But I managed to not burn myself which is the first time that’s happened all summer. So points for me. Yeah, I mean, it was getting bad. Like I kept on just having like a series of like marks on my arm from when I apparently keep on bumping into my grill every time it’s on. It’s a terrible, terrible plan that’s not recommended it all. But I was very pleased that I was able to at the final barbecue of the summer not burn myself. I’ve been barbecuing for years by the way and only this year I seem to have developed this problem. Not entirely sure why, but yeah, thanks for coming along on that journey with me.
Chris Williams: A quick question. Have you considered just not?
Joe Patrice: Burning yourself.
Chris Williams: Or just not. You know the barbecue — smokey meats are wonderful but just don’t. Not get hurt.
Kathryn Rubino: I mean, the first time I was just surprised that I done it and I just kept on and yeah, I tried not to.
Joe Patrice: Oh, you tried but this is a legal podcast. Is there a design flaw with the grill? Are we are we hearing the beginnings of a class action against the grill?
Chris Williams: I’m hearing user error.
Joe Patrice: Yeah, I am too.
Kathryn Rubino: I mean, again, since I’ve used this girl for multiple years without any burns seem to have just burned myself in the summer of 2022 for some unclear reason, I’m hoping I’ve kicked the problem.
Joe Patrice: I need an ambulance sound effect for ambulance chaser over here.

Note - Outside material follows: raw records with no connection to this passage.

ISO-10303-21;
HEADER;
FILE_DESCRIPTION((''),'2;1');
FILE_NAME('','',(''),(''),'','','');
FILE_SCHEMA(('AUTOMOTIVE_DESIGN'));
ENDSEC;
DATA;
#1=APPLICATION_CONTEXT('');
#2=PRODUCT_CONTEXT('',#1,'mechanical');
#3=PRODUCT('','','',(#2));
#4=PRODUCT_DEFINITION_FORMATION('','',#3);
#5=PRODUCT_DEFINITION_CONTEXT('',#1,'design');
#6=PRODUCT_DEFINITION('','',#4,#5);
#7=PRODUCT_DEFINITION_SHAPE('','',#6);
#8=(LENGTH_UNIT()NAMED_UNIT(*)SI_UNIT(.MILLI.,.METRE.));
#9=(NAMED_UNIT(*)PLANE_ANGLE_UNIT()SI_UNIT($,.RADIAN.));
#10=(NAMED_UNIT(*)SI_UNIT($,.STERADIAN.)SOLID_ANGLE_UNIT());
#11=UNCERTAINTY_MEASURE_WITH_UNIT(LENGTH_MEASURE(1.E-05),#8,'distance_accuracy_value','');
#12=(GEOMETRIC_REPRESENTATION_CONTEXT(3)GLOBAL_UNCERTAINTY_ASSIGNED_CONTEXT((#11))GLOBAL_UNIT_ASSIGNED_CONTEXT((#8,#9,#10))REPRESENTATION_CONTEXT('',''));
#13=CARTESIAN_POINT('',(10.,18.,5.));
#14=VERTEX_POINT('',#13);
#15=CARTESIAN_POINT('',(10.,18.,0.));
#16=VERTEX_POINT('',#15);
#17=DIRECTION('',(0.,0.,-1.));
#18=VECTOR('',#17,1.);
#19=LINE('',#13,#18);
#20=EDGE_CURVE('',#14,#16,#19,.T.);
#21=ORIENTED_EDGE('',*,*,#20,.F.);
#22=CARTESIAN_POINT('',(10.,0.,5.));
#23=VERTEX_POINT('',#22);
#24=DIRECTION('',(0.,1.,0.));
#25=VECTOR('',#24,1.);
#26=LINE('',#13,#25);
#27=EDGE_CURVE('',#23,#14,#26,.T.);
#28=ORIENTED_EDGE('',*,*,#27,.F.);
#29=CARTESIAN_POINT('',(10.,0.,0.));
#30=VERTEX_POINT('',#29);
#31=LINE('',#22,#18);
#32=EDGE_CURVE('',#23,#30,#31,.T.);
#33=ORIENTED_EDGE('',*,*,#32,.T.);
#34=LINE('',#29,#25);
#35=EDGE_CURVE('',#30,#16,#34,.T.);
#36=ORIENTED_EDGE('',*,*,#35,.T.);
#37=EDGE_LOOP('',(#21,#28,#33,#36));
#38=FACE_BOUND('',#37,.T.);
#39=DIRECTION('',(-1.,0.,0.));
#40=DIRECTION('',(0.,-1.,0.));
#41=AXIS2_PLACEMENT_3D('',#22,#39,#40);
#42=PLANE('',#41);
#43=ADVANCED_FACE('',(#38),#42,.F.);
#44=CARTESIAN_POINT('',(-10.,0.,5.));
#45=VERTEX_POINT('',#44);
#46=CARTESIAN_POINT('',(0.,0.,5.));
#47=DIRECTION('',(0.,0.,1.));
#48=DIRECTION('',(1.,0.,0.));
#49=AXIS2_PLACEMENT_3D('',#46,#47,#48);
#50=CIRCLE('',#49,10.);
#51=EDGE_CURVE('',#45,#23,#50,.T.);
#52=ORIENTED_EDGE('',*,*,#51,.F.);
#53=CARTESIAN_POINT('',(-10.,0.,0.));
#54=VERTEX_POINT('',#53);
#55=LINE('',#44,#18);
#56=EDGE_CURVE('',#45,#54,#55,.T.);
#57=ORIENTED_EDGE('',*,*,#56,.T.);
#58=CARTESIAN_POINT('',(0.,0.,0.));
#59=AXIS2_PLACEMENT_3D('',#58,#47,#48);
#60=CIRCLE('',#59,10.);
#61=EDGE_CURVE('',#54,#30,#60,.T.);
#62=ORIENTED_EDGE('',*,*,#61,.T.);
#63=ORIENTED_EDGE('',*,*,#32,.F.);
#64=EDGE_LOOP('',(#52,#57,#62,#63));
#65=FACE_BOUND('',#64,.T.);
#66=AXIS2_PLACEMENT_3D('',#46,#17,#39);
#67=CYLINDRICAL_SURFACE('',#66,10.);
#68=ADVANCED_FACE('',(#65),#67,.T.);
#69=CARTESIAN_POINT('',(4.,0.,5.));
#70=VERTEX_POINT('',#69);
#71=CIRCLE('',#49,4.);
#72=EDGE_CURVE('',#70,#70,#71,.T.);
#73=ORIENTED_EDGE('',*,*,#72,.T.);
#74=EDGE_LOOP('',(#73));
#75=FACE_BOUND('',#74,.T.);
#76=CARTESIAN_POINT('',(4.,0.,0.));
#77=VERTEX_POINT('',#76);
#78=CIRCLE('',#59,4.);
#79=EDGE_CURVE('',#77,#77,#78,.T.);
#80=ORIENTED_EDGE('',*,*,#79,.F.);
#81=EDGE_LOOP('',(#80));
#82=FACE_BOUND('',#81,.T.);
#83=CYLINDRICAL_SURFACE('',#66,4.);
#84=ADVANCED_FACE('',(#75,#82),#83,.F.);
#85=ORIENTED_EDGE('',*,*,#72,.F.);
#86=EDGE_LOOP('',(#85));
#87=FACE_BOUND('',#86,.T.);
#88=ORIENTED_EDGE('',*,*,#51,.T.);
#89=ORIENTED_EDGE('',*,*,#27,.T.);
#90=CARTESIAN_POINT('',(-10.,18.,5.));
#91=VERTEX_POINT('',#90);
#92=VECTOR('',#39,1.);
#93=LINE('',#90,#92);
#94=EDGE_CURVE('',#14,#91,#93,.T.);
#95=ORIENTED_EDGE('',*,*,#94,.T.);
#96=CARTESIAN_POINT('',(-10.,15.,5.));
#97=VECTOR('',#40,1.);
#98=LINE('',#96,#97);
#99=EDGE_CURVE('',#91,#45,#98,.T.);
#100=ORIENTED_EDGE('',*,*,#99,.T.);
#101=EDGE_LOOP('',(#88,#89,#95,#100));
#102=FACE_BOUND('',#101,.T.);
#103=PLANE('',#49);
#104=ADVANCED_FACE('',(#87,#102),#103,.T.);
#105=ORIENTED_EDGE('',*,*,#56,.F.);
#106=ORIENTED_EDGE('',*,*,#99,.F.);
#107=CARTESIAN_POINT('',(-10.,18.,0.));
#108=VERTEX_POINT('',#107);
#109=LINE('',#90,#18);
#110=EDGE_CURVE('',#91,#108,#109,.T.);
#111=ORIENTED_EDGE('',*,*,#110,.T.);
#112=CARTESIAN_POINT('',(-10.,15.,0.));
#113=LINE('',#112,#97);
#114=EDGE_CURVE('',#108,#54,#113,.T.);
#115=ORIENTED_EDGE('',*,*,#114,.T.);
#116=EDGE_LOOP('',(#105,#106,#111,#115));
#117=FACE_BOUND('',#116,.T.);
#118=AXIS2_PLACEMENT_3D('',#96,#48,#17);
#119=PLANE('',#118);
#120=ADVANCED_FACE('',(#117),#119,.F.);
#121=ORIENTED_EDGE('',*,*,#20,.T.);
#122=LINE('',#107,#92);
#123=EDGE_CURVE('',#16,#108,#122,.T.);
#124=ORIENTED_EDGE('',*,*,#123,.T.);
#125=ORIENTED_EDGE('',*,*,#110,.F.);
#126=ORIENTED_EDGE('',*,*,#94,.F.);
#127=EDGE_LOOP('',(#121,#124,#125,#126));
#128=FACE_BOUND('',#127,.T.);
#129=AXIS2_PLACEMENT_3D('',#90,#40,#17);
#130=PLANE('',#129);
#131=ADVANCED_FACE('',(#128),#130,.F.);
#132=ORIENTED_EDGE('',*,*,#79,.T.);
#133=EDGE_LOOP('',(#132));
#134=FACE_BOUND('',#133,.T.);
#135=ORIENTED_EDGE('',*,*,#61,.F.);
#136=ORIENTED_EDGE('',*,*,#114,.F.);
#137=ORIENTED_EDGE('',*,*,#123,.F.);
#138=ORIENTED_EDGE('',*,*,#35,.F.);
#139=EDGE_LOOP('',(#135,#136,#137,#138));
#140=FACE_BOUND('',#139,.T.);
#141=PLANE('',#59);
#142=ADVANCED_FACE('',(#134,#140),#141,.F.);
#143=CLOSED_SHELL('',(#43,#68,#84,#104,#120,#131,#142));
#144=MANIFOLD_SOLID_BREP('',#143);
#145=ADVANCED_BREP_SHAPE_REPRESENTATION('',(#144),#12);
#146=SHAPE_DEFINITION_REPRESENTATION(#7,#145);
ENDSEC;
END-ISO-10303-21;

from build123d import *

# Parameters (mm, degrees)
IZIM1_R                     = 4
Y_KSEKLIK_EKSTR_ZYON1_DEPTH = 5


with BuildPart() as part:
    # Çizim1 → Yükseklik-Ekstrüzyon1 (new body)
    with BuildSketch(Plane.XY):
        with BuildLine():
            Line((-10, 15), (-10, 0))
            ThreePointArc((-10, 0), (0, -10), (10, 0))
            Line((10, 0), (10, 15))
            Line((10, 15), (10, 18))
            Line((10, 18), (-10, 18))
            Line((-10, 18), (-10, 15))
        make_face()
        Circle(IZIM1_R, mode=Mode.SUBTRACT)
    extrude(amount=Y_KSEKLIK_EKSTR_ZYON1_DEPTH)


solid = part.part
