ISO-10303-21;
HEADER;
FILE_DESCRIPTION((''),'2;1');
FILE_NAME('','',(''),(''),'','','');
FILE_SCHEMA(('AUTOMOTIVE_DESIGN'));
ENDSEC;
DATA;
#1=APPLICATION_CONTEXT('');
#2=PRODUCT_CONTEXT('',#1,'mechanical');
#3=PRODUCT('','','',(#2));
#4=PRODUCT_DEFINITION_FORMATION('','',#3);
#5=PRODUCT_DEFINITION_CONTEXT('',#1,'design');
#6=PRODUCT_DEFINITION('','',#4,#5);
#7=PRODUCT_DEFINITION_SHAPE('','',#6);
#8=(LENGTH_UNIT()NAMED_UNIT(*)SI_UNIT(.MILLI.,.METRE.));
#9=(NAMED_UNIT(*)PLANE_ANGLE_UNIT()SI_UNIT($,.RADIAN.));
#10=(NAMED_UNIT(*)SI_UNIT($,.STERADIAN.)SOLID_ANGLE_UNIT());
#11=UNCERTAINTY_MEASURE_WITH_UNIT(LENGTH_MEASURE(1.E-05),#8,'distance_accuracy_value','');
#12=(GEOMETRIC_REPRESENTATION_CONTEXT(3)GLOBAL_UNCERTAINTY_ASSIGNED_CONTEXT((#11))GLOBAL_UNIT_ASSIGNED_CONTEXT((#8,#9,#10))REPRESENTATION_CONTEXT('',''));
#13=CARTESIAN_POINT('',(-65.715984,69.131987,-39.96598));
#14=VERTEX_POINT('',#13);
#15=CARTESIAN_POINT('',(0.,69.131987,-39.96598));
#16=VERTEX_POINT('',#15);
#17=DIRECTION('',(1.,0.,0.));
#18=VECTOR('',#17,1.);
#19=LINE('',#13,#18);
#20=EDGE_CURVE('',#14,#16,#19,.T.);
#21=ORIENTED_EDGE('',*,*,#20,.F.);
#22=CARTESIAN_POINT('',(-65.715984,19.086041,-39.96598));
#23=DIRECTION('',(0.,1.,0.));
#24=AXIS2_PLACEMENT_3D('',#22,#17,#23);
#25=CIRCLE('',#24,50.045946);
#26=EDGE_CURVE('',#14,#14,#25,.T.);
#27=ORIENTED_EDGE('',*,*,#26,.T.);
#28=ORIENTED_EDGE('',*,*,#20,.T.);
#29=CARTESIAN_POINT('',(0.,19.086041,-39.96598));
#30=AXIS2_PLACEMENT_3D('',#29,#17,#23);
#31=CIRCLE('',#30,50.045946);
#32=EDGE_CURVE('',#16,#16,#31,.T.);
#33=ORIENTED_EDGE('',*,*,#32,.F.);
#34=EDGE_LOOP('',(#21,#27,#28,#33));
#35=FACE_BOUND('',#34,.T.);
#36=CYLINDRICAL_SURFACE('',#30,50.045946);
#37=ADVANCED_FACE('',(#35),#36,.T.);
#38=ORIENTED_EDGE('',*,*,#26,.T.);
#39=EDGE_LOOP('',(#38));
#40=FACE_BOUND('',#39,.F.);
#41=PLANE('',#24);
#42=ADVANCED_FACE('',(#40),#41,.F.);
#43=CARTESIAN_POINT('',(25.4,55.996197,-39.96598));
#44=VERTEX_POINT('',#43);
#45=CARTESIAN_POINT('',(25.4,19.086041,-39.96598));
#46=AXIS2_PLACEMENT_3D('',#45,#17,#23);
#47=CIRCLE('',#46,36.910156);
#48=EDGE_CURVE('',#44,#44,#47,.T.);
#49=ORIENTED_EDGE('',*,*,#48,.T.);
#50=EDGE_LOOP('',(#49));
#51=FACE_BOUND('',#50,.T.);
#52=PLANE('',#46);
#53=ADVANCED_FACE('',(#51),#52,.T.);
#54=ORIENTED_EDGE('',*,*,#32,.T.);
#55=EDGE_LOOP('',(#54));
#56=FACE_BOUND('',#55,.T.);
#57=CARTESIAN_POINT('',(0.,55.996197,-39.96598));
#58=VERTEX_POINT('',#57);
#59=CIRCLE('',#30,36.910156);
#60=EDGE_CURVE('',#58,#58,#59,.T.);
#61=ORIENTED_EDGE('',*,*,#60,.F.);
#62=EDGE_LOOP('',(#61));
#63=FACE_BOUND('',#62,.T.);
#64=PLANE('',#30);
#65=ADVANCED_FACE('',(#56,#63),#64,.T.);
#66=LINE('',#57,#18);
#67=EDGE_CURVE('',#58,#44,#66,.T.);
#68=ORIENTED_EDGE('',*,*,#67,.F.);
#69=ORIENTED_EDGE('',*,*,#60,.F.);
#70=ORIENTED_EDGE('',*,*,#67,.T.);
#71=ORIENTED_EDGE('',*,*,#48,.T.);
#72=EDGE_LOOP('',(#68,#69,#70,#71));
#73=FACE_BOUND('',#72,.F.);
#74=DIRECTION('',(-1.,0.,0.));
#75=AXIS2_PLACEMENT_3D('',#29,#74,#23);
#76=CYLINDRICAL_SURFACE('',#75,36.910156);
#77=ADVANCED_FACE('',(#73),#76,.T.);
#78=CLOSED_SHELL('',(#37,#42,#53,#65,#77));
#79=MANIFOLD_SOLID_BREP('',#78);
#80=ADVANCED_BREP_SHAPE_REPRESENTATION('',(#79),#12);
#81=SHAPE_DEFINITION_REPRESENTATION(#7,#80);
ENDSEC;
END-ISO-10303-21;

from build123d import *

# Parameters (mm, degrees)
F0_R       = 50.0459463607
F1_DEPTH   = 65.71598351
F2_R       = 36.9101564502
F1_FACE1_R = 50.0459463607
F3_DEPTH   = 25.4


with BuildPart() as f1:
    # F0 (on Right) → F1 (new body)
    with BuildSketch(Plane.YZ):
        with Locations((19.0860405564, -39.9659797549)):
            Circle(F0_R)
    extrude(amount=-F1_DEPTH)

    # F2 (on face) + F1_face1 (on face) → F3 (join)
    with BuildSketch(Plane.YZ):
        with Locations((19.0860405564, -39.9659797549)):
            Circle(F2_R)
    with BuildSketch(Plane(origin=(-65.71598351, 19.0860405564, -39.9659797549), x_dir=(0, 1, 0), z_dir=(-1, 0, 0))):
        Circle(F1_FACE1_R)
    extrude(amount=F3_DEPTH, dir=(1, 0, 0))


solid = f1.part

Kathryn Rubino: I’m not trying to have a lawsuit here. I even wore long sleeves one of the times when I was grilling. I was like, “Oh, this way I won’t burn my arms.” And I did through the shirt. It wasn’t great and I left a mark on the shirt.
Joe Patrice: I’m sorry Kathryn, we’re out of time for small talk. We should get into our —
Kathryn Rubino: You’re so damn petty.
Joe Patrice: Yeah. This show began with I run my life around making you upset Joe. Like, come on.
Kathryn Rubino: You understand that that’s why —
Joe Patrice: Anyway, the first topic —
Chris Williams: It’s not even petty, it’s just a tradition at this point.
Joe Patrice: Fine. So, the first topic for anybody out there, we did last week, talked a little bit about this bizarre issue spotter that is the challenge to the Trump warrant. We now have an order on that, it is —
Kathryn Rubino: Just as bad as you thought.
Joe Patrice: It’s actually kind of impressive. And not in a good way. I really did think when I — I thought there would be a little bit more effort put into it to attempt.
Kathryn Rubino: L-O-L.
Joe Patrice: To make it look like it was vaguely justified by anything. It is not. It is a —
Kathryn Rubino: It just makes it a lot easier for the Appellate Court though.
Joe Patrice: I mean, it should in a real way. I mean, I don’t have a lot of faith in any of these courts at this point which is that judicial crisis thing that John Roberts should be concerned about. But I mean, it’s bad. It has whole sections where she tries to order. She orders that there be a special master. Still no explanation why that would ever be. What we still don’t actually have jurisdiction, subject matter jurisdiction as far as anyone can tell.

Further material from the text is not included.